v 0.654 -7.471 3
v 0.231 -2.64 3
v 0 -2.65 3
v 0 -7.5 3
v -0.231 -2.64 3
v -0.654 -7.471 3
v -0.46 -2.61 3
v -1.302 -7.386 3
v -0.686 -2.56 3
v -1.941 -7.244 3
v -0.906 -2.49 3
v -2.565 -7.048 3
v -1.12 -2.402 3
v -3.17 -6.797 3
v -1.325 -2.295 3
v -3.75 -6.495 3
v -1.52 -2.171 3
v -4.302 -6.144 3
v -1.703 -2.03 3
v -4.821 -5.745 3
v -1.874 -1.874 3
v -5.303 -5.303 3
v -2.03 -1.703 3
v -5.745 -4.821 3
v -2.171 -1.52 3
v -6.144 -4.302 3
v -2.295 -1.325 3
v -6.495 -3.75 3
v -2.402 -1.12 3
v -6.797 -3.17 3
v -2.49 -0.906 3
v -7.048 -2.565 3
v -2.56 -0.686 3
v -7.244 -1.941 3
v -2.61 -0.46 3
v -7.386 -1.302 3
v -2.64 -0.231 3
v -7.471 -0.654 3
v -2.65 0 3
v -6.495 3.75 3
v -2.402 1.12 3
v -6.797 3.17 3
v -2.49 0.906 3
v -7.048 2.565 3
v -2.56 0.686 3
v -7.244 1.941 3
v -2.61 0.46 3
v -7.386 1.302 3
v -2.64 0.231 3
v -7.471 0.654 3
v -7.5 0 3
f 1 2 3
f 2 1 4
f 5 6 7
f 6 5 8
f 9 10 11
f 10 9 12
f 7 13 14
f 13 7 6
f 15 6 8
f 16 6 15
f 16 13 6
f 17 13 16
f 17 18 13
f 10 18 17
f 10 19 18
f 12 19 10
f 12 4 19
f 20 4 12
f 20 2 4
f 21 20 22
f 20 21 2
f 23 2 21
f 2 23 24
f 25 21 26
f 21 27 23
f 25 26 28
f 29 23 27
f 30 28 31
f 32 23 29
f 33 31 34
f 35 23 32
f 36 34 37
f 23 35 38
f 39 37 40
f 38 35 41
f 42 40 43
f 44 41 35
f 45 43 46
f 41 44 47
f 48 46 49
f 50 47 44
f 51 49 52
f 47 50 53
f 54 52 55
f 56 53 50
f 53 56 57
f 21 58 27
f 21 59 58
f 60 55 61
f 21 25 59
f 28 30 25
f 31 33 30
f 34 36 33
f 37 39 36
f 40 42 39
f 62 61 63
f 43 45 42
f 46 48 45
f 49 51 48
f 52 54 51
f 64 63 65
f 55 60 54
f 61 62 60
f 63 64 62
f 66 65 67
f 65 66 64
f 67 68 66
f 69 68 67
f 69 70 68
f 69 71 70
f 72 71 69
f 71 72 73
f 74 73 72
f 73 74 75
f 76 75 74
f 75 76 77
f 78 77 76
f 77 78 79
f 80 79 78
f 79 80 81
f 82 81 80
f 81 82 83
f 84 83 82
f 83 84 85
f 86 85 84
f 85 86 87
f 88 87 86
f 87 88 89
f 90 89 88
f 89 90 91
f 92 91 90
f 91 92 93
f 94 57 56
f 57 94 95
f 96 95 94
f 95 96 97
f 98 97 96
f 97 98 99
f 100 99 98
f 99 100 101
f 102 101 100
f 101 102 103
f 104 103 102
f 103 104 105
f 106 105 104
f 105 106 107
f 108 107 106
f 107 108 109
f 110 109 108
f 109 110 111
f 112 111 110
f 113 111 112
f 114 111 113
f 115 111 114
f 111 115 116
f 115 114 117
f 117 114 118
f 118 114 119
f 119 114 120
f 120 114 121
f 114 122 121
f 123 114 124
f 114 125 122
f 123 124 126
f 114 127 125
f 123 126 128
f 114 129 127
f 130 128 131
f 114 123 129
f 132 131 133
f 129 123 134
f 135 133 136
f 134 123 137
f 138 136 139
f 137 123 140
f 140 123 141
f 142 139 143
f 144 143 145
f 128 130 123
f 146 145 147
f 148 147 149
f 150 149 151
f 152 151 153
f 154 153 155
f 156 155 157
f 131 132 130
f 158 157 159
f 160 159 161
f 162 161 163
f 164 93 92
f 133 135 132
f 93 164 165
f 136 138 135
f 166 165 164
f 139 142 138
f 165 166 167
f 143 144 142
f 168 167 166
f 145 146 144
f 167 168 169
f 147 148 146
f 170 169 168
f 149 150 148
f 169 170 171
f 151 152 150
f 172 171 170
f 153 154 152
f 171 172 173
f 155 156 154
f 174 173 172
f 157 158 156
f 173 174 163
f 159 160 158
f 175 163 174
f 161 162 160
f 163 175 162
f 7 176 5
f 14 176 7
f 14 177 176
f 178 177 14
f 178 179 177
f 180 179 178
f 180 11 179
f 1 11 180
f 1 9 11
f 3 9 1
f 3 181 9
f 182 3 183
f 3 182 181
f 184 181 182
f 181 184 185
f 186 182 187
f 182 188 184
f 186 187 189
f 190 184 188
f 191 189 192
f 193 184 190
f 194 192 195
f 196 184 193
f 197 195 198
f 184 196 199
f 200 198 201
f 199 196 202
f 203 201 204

- [EXERCISE BRIEF]: Set the whole listing down again, unchanged.

- [SOLVED EXERCISE]:
v 0.654 -7.471 3
v 0.231 -2.64 3
v 0 -2.65 3
v 0 -7.5 3
v -0.231 -2.64 3
v -0.654 -7.471 3
v -0.46 -2.61 3
v -1.302 -7.386 3
v -0.686 -2.56 3
v -1.941 -7.244 3
v -0.906 -2.49 3
v -2.565 -7.048 3
v -1.12 -2.402 3
v -3.17 -6.797 3
v -1.325 -2.295 3
v -3.75 -6.495 3
v -1.52 -2.171 3
v -4.302 -6.144 3
v -1.703 -2.03 3
v -4.821 -5.745 3
v -1.874 -1.874 3
v -5.303 -5.303 3
v -2.03 -1.703 3
v -5.745 -4.821 3
v -2.171 -1.52 3
v -6.144 -4.302 3
v -2.295 -1.325 3
v -6.495 -3.75 3
v -2.402 -1.12 3
v -6.797 -3.17 3
v -2.49 -0.906 3
v -7.048 -2.565 3
v -2.56 -0.686 3
v -7.244 -1.941 3
v -2.61 -0.46 3
v -7.386 -1.302 3
v -2.64 -0.231 3
v -7.471 -0.654 3
v -2.65 0 3
v -6.495 3.75 3
v -2.402 1.12 3
v -6.797 3.17 3
v -2.49 0.906 3
v -7.048 2.565 3
v -2.56 0.686 3
v -7.244 1.941 3
v -2.61 0.46 3
v -7.386 1.302 3
v -2.64 0.231 3
v -7.471 0.654 3
v -7.5 0 3
f 1 2 3
f 2 1 4
f 5 6 7
f 6 5 8
f 9 10 11
f 10 9 12
f 7 13 14
f 13 7 6
f 15 6 8
f 16 6 15
f 16 13 6
f 17 13 16
f 17 18 13
f 10 18 17
f 10 19 18
f 12 19 10
f 12 4 19
f 20 4 12
f 20 2 4
f 21 20 22
f 20 21 2
f 23 2 21
f 2 23 24
f 25 21 26
f 21 27 23
f 25 26 28
f 29 23 27
f 30 28 31
f 32 23 29
f 33 31 34
f 35 23 32
f 36 34 37
f 23 35 38
f 39 37 40
f 38 35 41
f 42 40 43
f 44 41 35
f 45 43 46
f 41 44 47
f 48 46 49
f 50 47 44
f 51 49 52
f 47 50 53
f 54 52 55
f 56 53 50
f 53 56 57
f 21 58 27
f 21 59 58
f 60 55 61
f 21 25 59
f 28 30 25
f 31 33 30
f 34 36 33
f 37 39 36
f 40 42 39
f 62 61 63
f 43 45 42
f 46 48 45
f 49 51 48
f 52 54 51
f 64 63 65
f 55 60 54
f 61 62 60
f 63 64 62
f 66 65 67
f 65 66 64
f 67 68 66
f 69 68 67
f 69 70 68
f 69 71 70
f 72 71 69
f 71 72 73
f 74 73 72
f 73 74 75
f 76 75 74
f 75 76 77
f 78 77 76
f 77 78 79
f 80 79 78
f 79 80 81
f 82 81 80
f 81 82 83
f 84 83 82
f 83 84 85
f 86 85 84
f 85 86 87
f 88 87 86
f 87 88 89
f 90 89 88
f 89 90 91
f 92 91 90
f 91 92 93
f 94 57 56
f 57 94 95
f 96 95 94
f 95 96 97
f 98 97 96
f 97 98 99
f 100 99 98
f 99 100 101
f 102 101 100
f 101 102 103
f 104 103 102
f 103 104 105
f 106 105 104
f 105 106 107
f 108 107 106
f 107 108 109
f 110 109 108
f 109 110 111
f 112 111 110
f 113 111 112
f 114 111 113
f 115 111 114
f 111 115 116
f 115 114 117
f 117 114 118
f 118 114 119
f 119 114 120
f 120 114 121
f 114 122 121
f 123 114 124
f 114 125 122
f 123 124 126
f 114 127 125
f 123 126 128
f 114 129 127
f 130 128 131
f 114 123 129
f 132 131 133
f 129 123 134
f 135 133 136
f 134 123 137
f 138 136 139
f 137 123 140
f 140 123 141
f 142 139 143
f 144 143 145
f 128 130 123
f 146 145 147
f 148 147 149
f 150 149 151
f 152 151 153
f 154 153 155
f 156 155 157
f 131 132 130
f 158 157 159
f 160 159 161
f 162 161 163
f 164 93 92
f 133 135 132
f 93 164 165
f 136 138 135
f 166 165 164
f 139 142 138
f 165 166 167
f 143 144 142
f 168 167 166
f 145 146 144
f 167 168 169
f 147 148 146
f 170 169 168
f 149 150 148
f 169 170 171
f 151 152 150
f 172 171 170
f 153 154 152
f 171 172 173
f 155 156 154
f 174 173 172
f 157 158 156
f 173 174 163
f 159 160 158
f 175 163 174
f 161 162 160
f 163 175 162
f 7 176 5
f 14 176 7
f 14 177 176
f 178 177 14
f 178 179 177
f 180 179 178
f 180 11 179
f 1 11 180
f 1 9 11
f 3 9 1
f 3 181 9
f 182 3 183
f 3 182 181
f 184 181 182
f 181 184 185
f 186 182 187
f 182 188 184
f 186 187 189
f 190 184 188
f 191 189 192
f 193 184 190
f 194 192 195
f 196 184 193
f 197 195 198
f 184 196 199
f 200 198 201
f 199 196 202
f 203 201 204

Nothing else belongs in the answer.